## WHAT YOU SHOULD DO
Repeat the entries below exactly. Begin with the first line and end with the line that contains "#39=DIRECTION('',(1.,0.,0.));".
[DATA FOR THIS EXERCISE — start]
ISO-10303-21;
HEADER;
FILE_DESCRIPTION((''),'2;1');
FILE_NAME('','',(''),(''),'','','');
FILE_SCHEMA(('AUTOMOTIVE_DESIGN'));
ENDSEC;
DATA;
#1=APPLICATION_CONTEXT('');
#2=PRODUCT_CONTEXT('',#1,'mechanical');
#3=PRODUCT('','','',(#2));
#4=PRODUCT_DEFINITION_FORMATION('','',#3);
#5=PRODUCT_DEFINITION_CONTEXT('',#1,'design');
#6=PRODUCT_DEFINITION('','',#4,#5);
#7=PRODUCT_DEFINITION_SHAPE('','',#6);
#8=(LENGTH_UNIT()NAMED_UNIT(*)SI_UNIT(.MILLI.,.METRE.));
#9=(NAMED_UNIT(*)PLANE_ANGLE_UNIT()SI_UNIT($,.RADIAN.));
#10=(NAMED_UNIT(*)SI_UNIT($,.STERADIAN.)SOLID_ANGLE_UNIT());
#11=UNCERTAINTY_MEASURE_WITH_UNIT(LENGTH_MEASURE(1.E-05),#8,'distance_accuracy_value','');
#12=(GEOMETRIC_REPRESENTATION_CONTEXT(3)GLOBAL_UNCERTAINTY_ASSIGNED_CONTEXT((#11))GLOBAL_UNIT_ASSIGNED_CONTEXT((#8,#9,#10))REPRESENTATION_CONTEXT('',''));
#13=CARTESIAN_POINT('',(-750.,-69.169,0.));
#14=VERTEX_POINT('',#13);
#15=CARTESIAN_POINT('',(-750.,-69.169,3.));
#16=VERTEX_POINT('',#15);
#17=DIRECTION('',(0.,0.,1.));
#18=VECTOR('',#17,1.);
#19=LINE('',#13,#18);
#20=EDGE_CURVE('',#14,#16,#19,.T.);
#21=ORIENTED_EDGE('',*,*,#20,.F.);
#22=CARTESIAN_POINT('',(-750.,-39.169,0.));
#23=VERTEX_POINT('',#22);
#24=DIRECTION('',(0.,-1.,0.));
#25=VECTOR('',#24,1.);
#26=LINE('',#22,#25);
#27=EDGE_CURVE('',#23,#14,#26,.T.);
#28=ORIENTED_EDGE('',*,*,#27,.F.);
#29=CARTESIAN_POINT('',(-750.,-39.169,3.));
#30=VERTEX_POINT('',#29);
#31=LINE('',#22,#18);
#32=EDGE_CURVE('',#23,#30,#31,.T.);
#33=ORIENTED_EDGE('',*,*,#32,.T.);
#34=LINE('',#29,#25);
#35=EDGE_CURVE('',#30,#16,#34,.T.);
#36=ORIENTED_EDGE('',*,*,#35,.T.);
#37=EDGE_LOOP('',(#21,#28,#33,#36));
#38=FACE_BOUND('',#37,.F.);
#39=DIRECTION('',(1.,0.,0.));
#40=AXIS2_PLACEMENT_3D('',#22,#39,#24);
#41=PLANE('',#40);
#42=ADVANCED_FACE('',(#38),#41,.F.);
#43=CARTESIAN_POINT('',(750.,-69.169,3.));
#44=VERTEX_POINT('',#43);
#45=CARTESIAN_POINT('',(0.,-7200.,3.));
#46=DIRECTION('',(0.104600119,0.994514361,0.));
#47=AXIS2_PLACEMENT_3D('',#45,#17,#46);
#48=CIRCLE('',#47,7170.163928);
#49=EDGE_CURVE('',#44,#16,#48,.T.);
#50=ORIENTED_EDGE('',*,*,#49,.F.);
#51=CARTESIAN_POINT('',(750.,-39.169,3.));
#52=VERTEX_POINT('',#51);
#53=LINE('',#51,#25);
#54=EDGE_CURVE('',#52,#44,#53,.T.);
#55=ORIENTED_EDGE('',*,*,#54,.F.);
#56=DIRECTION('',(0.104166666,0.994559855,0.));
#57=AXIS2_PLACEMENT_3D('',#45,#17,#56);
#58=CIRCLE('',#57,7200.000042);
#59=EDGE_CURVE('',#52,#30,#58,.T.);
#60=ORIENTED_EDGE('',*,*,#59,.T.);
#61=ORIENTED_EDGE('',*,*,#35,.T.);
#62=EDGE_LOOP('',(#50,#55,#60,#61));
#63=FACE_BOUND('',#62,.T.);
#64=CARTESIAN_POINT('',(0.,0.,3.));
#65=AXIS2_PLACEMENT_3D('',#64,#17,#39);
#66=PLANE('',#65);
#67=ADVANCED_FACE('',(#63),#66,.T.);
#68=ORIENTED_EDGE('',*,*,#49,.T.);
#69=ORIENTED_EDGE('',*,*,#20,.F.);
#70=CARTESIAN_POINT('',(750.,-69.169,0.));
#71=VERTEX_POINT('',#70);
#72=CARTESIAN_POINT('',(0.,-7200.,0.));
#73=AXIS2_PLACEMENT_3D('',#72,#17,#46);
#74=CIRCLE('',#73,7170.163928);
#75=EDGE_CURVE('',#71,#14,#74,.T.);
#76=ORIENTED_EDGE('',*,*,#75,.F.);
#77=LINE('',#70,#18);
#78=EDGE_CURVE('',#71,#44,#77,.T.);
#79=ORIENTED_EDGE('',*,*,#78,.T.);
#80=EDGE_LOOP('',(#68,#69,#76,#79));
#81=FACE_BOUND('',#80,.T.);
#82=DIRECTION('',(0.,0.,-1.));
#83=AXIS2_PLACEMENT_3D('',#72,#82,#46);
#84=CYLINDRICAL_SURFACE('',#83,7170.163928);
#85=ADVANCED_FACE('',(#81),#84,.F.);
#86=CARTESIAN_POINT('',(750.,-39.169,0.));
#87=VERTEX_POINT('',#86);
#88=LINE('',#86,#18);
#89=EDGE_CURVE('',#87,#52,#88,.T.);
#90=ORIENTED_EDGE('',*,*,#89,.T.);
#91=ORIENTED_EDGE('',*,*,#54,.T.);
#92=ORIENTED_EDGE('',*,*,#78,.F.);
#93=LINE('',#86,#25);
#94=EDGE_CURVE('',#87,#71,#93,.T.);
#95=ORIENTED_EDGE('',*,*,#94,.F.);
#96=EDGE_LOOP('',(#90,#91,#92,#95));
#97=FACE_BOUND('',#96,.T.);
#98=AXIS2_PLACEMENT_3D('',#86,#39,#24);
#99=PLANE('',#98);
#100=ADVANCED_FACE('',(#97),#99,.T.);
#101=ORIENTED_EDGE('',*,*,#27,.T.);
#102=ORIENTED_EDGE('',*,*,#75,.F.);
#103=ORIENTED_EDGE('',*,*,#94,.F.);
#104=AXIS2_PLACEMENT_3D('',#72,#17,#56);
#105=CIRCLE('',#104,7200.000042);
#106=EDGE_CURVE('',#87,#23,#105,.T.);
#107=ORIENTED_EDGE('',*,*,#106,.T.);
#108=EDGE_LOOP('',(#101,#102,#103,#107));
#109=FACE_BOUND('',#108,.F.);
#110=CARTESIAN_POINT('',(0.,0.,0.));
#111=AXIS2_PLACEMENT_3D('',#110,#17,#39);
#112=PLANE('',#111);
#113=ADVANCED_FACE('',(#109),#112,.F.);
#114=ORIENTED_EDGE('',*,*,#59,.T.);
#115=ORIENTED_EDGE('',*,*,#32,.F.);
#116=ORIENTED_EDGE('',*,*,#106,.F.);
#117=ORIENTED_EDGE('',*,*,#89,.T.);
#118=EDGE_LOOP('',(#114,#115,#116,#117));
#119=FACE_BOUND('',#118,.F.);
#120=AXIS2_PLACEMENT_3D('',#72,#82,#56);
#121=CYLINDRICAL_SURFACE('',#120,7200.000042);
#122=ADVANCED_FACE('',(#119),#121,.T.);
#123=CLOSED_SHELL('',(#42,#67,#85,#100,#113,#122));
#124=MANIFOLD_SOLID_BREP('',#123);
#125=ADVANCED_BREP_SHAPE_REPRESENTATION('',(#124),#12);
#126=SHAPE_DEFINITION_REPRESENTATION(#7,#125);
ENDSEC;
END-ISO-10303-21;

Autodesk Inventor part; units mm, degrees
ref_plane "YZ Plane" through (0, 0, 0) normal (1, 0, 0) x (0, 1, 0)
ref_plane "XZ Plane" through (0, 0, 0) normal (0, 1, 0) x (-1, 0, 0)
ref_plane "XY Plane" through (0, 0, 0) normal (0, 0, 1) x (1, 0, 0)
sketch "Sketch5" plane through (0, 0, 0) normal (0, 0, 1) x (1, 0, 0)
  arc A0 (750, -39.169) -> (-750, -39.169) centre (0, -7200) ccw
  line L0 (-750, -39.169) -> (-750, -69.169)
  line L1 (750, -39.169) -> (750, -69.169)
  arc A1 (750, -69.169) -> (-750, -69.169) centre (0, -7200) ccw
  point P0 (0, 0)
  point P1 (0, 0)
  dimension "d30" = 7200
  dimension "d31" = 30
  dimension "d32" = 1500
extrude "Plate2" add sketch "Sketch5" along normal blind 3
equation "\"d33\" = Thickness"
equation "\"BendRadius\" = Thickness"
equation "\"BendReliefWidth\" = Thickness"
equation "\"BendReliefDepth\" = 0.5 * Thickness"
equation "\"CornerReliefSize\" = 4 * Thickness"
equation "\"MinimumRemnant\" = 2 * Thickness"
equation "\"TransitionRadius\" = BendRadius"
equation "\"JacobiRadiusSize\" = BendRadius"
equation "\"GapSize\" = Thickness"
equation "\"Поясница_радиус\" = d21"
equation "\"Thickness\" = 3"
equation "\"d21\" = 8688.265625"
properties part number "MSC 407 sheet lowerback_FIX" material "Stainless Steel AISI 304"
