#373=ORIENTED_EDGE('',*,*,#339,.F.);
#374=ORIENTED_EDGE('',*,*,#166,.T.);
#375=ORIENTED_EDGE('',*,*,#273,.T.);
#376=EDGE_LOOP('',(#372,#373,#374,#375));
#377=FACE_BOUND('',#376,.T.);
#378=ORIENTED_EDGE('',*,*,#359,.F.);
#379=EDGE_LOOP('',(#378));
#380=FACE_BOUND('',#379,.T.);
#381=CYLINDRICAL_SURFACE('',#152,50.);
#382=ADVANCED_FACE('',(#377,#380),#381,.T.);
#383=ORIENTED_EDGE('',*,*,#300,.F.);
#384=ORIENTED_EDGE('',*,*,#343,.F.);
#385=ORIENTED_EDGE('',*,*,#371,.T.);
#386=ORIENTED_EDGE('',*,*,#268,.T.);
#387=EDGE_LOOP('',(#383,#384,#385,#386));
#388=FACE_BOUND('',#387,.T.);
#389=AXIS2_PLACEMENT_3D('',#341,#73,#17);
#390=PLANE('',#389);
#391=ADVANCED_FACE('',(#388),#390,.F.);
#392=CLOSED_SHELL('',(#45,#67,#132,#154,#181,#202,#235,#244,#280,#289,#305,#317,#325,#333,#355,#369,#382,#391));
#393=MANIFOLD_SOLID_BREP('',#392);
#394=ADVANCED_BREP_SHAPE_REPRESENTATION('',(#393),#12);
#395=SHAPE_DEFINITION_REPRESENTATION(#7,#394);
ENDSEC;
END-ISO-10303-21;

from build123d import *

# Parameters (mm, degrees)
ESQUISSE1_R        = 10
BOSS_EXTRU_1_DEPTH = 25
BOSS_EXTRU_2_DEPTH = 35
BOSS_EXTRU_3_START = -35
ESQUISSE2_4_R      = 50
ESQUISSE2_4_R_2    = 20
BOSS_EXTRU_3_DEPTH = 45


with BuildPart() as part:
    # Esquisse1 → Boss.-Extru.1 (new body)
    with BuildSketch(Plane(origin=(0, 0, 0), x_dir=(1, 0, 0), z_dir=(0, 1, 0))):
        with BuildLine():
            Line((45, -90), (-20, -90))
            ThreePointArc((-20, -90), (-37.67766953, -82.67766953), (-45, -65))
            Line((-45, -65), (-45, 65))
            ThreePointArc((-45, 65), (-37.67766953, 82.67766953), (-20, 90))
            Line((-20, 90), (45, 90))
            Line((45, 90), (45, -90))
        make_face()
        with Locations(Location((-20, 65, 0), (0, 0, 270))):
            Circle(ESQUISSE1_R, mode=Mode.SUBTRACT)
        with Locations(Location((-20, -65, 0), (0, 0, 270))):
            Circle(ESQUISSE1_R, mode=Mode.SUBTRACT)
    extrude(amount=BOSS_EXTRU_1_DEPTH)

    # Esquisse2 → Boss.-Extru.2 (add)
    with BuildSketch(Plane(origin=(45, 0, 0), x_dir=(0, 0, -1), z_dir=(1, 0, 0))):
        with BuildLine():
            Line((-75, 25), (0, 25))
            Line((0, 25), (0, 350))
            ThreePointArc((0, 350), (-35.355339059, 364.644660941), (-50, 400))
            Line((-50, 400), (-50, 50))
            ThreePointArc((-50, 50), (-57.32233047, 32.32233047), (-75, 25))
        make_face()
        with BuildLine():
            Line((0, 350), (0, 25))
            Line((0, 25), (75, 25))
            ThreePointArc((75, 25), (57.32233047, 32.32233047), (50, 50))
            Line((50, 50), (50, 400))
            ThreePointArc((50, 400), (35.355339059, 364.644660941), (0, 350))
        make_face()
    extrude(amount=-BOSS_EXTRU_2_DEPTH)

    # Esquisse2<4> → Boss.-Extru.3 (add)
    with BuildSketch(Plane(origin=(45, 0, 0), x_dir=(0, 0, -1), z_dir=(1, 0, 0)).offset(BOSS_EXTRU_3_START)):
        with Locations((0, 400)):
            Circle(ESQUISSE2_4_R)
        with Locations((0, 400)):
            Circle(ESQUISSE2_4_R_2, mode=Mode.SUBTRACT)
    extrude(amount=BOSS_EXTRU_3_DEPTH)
[DATA FOR THIS EXERCISE — finish]
## FINAL ANSWER
ISO-10303-21;
HEADER;
FILE_DESCRIPTION((''),'2;1');
FILE_NAME('','',(''),(''),'','','');
FILE_SCHEMA(('AUTOMOTIVE_DESIGN'));
ENDSEC;
DATA;
#1=APPLICATION_CONTEXT('');
#2=PRODUCT_CONTEXT('',#1,'mechanical');
#3=PRODUCT('','','',(#2));
#4=PRODUCT_DEFINITION_FORMATION('','',#3);
#5=PRODUCT_DEFINITION_CONTEXT('',#1,'design');
#6=PRODUCT_DEFINITION('','',#4,#5);
#7=PRODUCT_DEFINITION_SHAPE('','',#6);
#8=(LENGTH_UNIT()NAMED_UNIT(*)SI_UNIT(.MILLI.,.METRE.));
#9=(NAMED_UNIT(*)PLANE_ANGLE_UNIT()SI_UNIT($,.RADIAN.));
#10=(NAMED_UNIT(*)SI_UNIT($,.STERADIAN.)SOLID_ANGLE_UNIT());
#11=UNCERTAINTY_MEASURE_WITH_UNIT(LENGTH_MEASURE(1.E-05),#8,'distance_accuracy_value','');
#12=(GEOMETRIC_REPRESENTATION_CONTEXT(3)GLOBAL_UNCERTAINTY_ASSIGNED_CONTEXT((#11))GLOBAL_UNIT_ASSIGNED_CONTEXT((#8,#9,#10))REPRESENTATION_CONTEXT('',''));
#13=CARTESIAN_POINT('',(-750.,-69.169,0.));
#14=VERTEX_POINT('',#13);
#15=CARTESIAN_POINT('',(-750.,-69.169,3.));
#16=VERTEX_POINT('',#15);
#17=DIRECTION('',(0.,0.,1.));
#18=VECTOR('',#17,1.);
#19=LINE('',#13,#18);
#20=EDGE_CURVE('',#14,#16,#19,.T.);
#21=ORIENTED_EDGE('',*,*,#20,.F.);
#22=CARTESIAN_POINT('',(-750.,-39.169,0.));
#23=VERTEX_POINT('',#22);
#24=DIRECTION('',(0.,-1.,0.));
#25=VECTOR('',#24,1.);
#26=LINE('',#22,#25);
#27=EDGE_CURVE('',#23,#14,#26,.T.);
#28=ORIENTED_EDGE('',*,*,#27,.F.);
#29=CARTESIAN_POINT('',(-750.,-39.169,3.));
#30=VERTEX_POINT('',#29);
#31=LINE('',#22,#18);
#32=EDGE_CURVE('',#23,#30,#31,.T.);
#33=ORIENTED_EDGE('',*,*,#32,.T.);
#34=LINE('',#29,#25);
#35=EDGE_CURVE('',#30,#16,#34,.T.);
#36=ORIENTED_EDGE('',*,*,#35,.T.);
#37=EDGE_LOOP('',(#21,#28,#33,#36));
#38=FACE_BOUND('',#37,.F.);
#39=DIRECTION('',(1.,0.,0.));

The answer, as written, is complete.